I'm aware of the general sum and product puzzle. I got one in a math class, and am wondering if it even has solutions?
The teacher gives student A the sum $$s = x + y$$, $B$ the product $$p = xy$$. A says "I know you don't know the sum". B says "I didn't but now I know s = 136". Find $x$ and $y$.
This seems to be missing something along the lines of "x isn't equal to 1" or "s < 100", thus seems unsolvable. Does this have a solution?
If B gets a prime number $p$, then he would know that it could only be written as the product $1*p$, and would know the sum is $s=1+p$.
Every composite number $r\cdot t$ can also be written as $1$ times $rt$. So if B gets such a composite number, he cannot know the whether the sum is $r+t$ or $1+rt$. (These two values are never equal if $r>1$ and $t>1$.)

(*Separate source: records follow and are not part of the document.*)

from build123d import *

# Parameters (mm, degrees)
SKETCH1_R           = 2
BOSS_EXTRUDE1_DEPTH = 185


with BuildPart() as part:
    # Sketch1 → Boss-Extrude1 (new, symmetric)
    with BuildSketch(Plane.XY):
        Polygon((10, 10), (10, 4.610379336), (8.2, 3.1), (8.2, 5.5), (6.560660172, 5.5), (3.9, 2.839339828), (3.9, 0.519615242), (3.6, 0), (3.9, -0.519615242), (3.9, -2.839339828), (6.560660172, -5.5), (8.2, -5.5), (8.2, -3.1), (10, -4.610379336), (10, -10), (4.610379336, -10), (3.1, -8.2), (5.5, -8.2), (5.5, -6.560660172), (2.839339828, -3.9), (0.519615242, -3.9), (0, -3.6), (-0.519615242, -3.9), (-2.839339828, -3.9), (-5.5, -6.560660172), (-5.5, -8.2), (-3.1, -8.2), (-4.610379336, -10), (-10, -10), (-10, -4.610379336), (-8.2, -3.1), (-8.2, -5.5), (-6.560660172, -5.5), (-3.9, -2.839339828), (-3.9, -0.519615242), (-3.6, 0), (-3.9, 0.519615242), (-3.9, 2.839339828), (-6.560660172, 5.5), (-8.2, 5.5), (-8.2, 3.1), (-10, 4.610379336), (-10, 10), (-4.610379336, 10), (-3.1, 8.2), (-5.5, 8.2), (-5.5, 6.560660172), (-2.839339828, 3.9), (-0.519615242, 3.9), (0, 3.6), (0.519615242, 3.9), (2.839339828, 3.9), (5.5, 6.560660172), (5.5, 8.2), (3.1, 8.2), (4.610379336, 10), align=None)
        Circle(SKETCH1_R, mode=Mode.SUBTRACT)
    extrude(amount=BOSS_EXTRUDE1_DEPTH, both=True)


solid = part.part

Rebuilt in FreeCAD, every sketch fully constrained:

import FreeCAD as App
import Part
import Sketcher
Q = App.Units.Quantity

doc = App.newDocument("Part")
body = doc.addObject("PartDesign::Body", "Body")

sketch1 = body.newObject("Sketcher::SketchObject", "Sketch")
sketch1.AttachmentSupport = (doc.getObject("XY_Plane"), [""])
sketch1.MapMode = "FlatFace"
sketch1.addGeometry(Part.LineSegment(App.Vector(10, 4.6, 0), App.Vector(10, 10, 0)), False)
sketch1.addGeometry(Part.LineSegment(App.Vector(10, 10, 0), App.Vector(4.6, 10, 0)), False)
sketch1.addGeometry(Part.LineSegment(App.Vector(4.6, 10, 0), App.Vector(3.1, 8.2, 0)), False)
sketch1.addGeometry(Part.LineSegment(App.Vector(3.1, 8.2, 0), App.Vector(5.5, 8.2, 0)), False)
sketch1.addGeometry(Part.LineSegment(App.Vector(5.5, 8.2, 0), App.Vector(5.5, 6.6, 0)), False)
sketch1.addGeometry(Part.LineSegment(App.Vector(5.5, 6.6, 0), App.Vector(2.8, 3.9, 0)), False)
sketch1.addGeometry(Part.LineSegment(App.Vector(2.8, 3.9, 0), App.Vector(0.5, 3.9, 0)), False)
sketch1.addGeometry(Part.LineSegment(App.Vector(0.5, 3.9, 0), App.Vector(0, 3.6, 0)), False)
sketch1.addGeometry(Part.LineSegment(App.Vector(0, 3.6, 0), App.Vector(-0.5, 3.9, 0)), False)
sketch1.addGeometry(Part.LineSegment(App.Vector(-0.5, 3.9, 0), App.Vector(-2.8, 3.9, 0)), False)
sketch1.addGeometry(Part.LineSegment(App.Vector(-2.8, 3.9, 0), App.Vector(-5.5, 6.6, 0)), False)
sketch1.addGeometry(Part.LineSegment(App.Vector(-5.5, 6.6, 0), App.Vector(-5.5, 8.2, 0)), False)
sketch1.addGeometry(Part.LineSegment(App.Vector(-5.5, 8.2, 0), App.Vector(-3.1, 8.2, 0)), False)
sketch1.addGeometry(Part.LineSegment(App.Vector(-3.1, 8.2, 0), App.Vector(-4.6, 10, 0)), False)
sketch1.addGeometry(Part.LineSegment(App.Vector(-4.6, 10, 0), App.Vector(-10, 10, 0)), False)
sketch1.addGeometry(Part.LineSegment(App.Vector(-10, 10, 0), App.Vector(-10, 4.6, 0)), False)
sketch1.addGeometry(Part.LineSegment(App.Vector(-10, 4.6, 0), App.Vector(-8.2, 3.1, 0)), False)
sketch1.addGeometry(Part.LineSegment(App.Vector(-8.2, 3.1, 0), App.Vector(-8.2, 5.5, 0)), False)
sketch1.addGeometry(Part.LineSegment(App.Vector(-8.2, 5.5, 0), App.Vector(-6.6, 5.5, 0)), False)
sketch1.addGeometry(Part.LineSegment(App.Vector(-6.6, 5.5, 0), App.Vector(-3.9, 2.8, 0)), False)
sketch1.addGeometry(Part.LineSegment(App.Vector(-3.9, 2.8, 0), App.Vector(-3.9, 0.5, 0)), False)
sketch1.addGeometry(Part.LineSegment(App.Vector(-3.9, 0.5, 0), App.Vector(-3.6, 0, 0)), False)
sketch1.addGeometry(Part.LineSegment(App.Vector(-3.6, 0, 0), App.Vector(-3.9, -0.5, 0)), False)
sketch1.addGeometry(Part.LineSegment(App.Vector(-3.9, -0.5, 0), App.Vector(-3.9, -2.8, 0)), False)
sketch1.addGeometry(Part.LineSegment(App.Vector(-3.9, -2.8, 0), App.Vector(-6.6, -5.5, 0)), False)
sketch1.addGeometry(Part.LineSegment(App.Vector(-6.6, -5.5, 0), App.Vector(-8.2, -5.5, 0)), False)
sketch1.addGeometry(Part.LineSegment(App.Vector(-8.2, -5.5, 0), App.Vector(-8.2, -3.1, 0)), False)
sketch1.addGeometry(Part.LineSegment(App.Vector(-8.2, -3.1, 0), App.Vector(-10, -4.6, 0)), False)
sketch1.addGeometry(Part.LineSegment(App.Vector(-10, -4.6, 0), App.Vector(-10, -10, 0)), False)
sketch1.addGeometry(Part.LineSegment(App.Vector(-10, -10, 0), App.Vector(-4.6, -10, 0)), False)
sketch1.addGeometry(Part.LineSegment(App.Vector(-4.6, -10, 0), App.Vector(-3.1, -8.2, 0)), False)
sketch1.addGeometry(Part.LineSegment(App.Vector(-3.1, -8.2, 0), App.Vector(-5.5, -8.2, 0)), False)
sketch1.addGeometry(Part.LineSegment(App.Vector(-5.5, -8.2, 0), App.Vector(-5.5, -6.6, 0)), False)
sketch1.addGeometry(Part.LineSegment(App.Vector(-5.5, -6.6, 0), App.Vector(-2.8, -3.9, 0)), False)
sketch1.addGeometry(Part.LineSegment(App.Vector(-2.8, -3.9, 0), App.Vector(-0.5, -3.9, 0)), False)
sketch1.addGeometry(Part.LineSegment(App.Vector(-0.5, -3.9, 0), App.Vector(0, -3.6, 0)), False)
sketch1.addGeometry(Part.LineSegment(App.Vector(0, -3.6, 0), App.Vector(0.5, -3.9, 0)), False)
sketch1.addGeometry(Part.LineSegment(App.Vector(0.5, -3.9, 0), App.Vector(2.8, -3.9, 0)), False)
sketch1.addGeometry(Part.LineSegment(App.Vector(2.8, -3.9, 0), App.Vector(5.5, -6.6, 0)), False)
sketch1.addGeometry(Part.LineSegment(App.Vector(5.5, -6.6, 0), App.Vector(5.5, -8.2, 0)), False)
sketch1.addGeometry(Part.LineSegment(App.Vector(5.5, -8.2, 0), App.Vector(3.1, -8.2, 0)), False)
sketch1.addGeometry(Part.LineSegment(App.Vector(3.1, -8.2, 0), App.Vector(4.6, -10, 0)), False)
sketch1.addGeometry(Part.LineSegment(App.Vector(4.6, -10, 0), App.Vector(10, -10, 0)), False)
sketch1.addGeometry(Part.LineSegment(App.Vector(10, -10, 0), App.Vector(10, -4.6, 0)), False)
sketch1.addGeometry(Part.LineSegment(App.Vector(10, -4.6, 0), App.Vector(8.2, -3.1, 0)), False)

A says he knows for sure that B won't know the number. This means that A is certain that B could not have received a prime number. Most ways of splitting his sum into $x+y$ leads to $p$ being a composite number. The only way it might lead to a prime is if $(x,y)=(1,s-1)$. Therefore A can only make his claim if $s-1$ is not a prime.
So we now know that $p$ and $s-1$ are both composite numbers.
B can make this same deduction, so from A's claim he also deduces that $s-1$ is composite. The factorisation as $(x,y)=(1,p)$ leads to a composite value of $s-1$, so for B to be able to make his claim, all the other possible $(x,y)$ pairs with $x\cdot y=p$ must give $x+y-1$ a prime value, and furthermore, from this he deduces that $(x,y)=(1,p)$.
Since he claims that $x+y=136$, we must have $(x,y) = (1,135)$ and $p=135$.
We should check that B could indeed deduce this from the value $p=135$ he was given.
$135 = 1*135 = 3*45 = 9*15 = 27*5$
This gives possible values of $s-1$ of $135$, $47$, $23$, $31$, and indeed only the first is composite.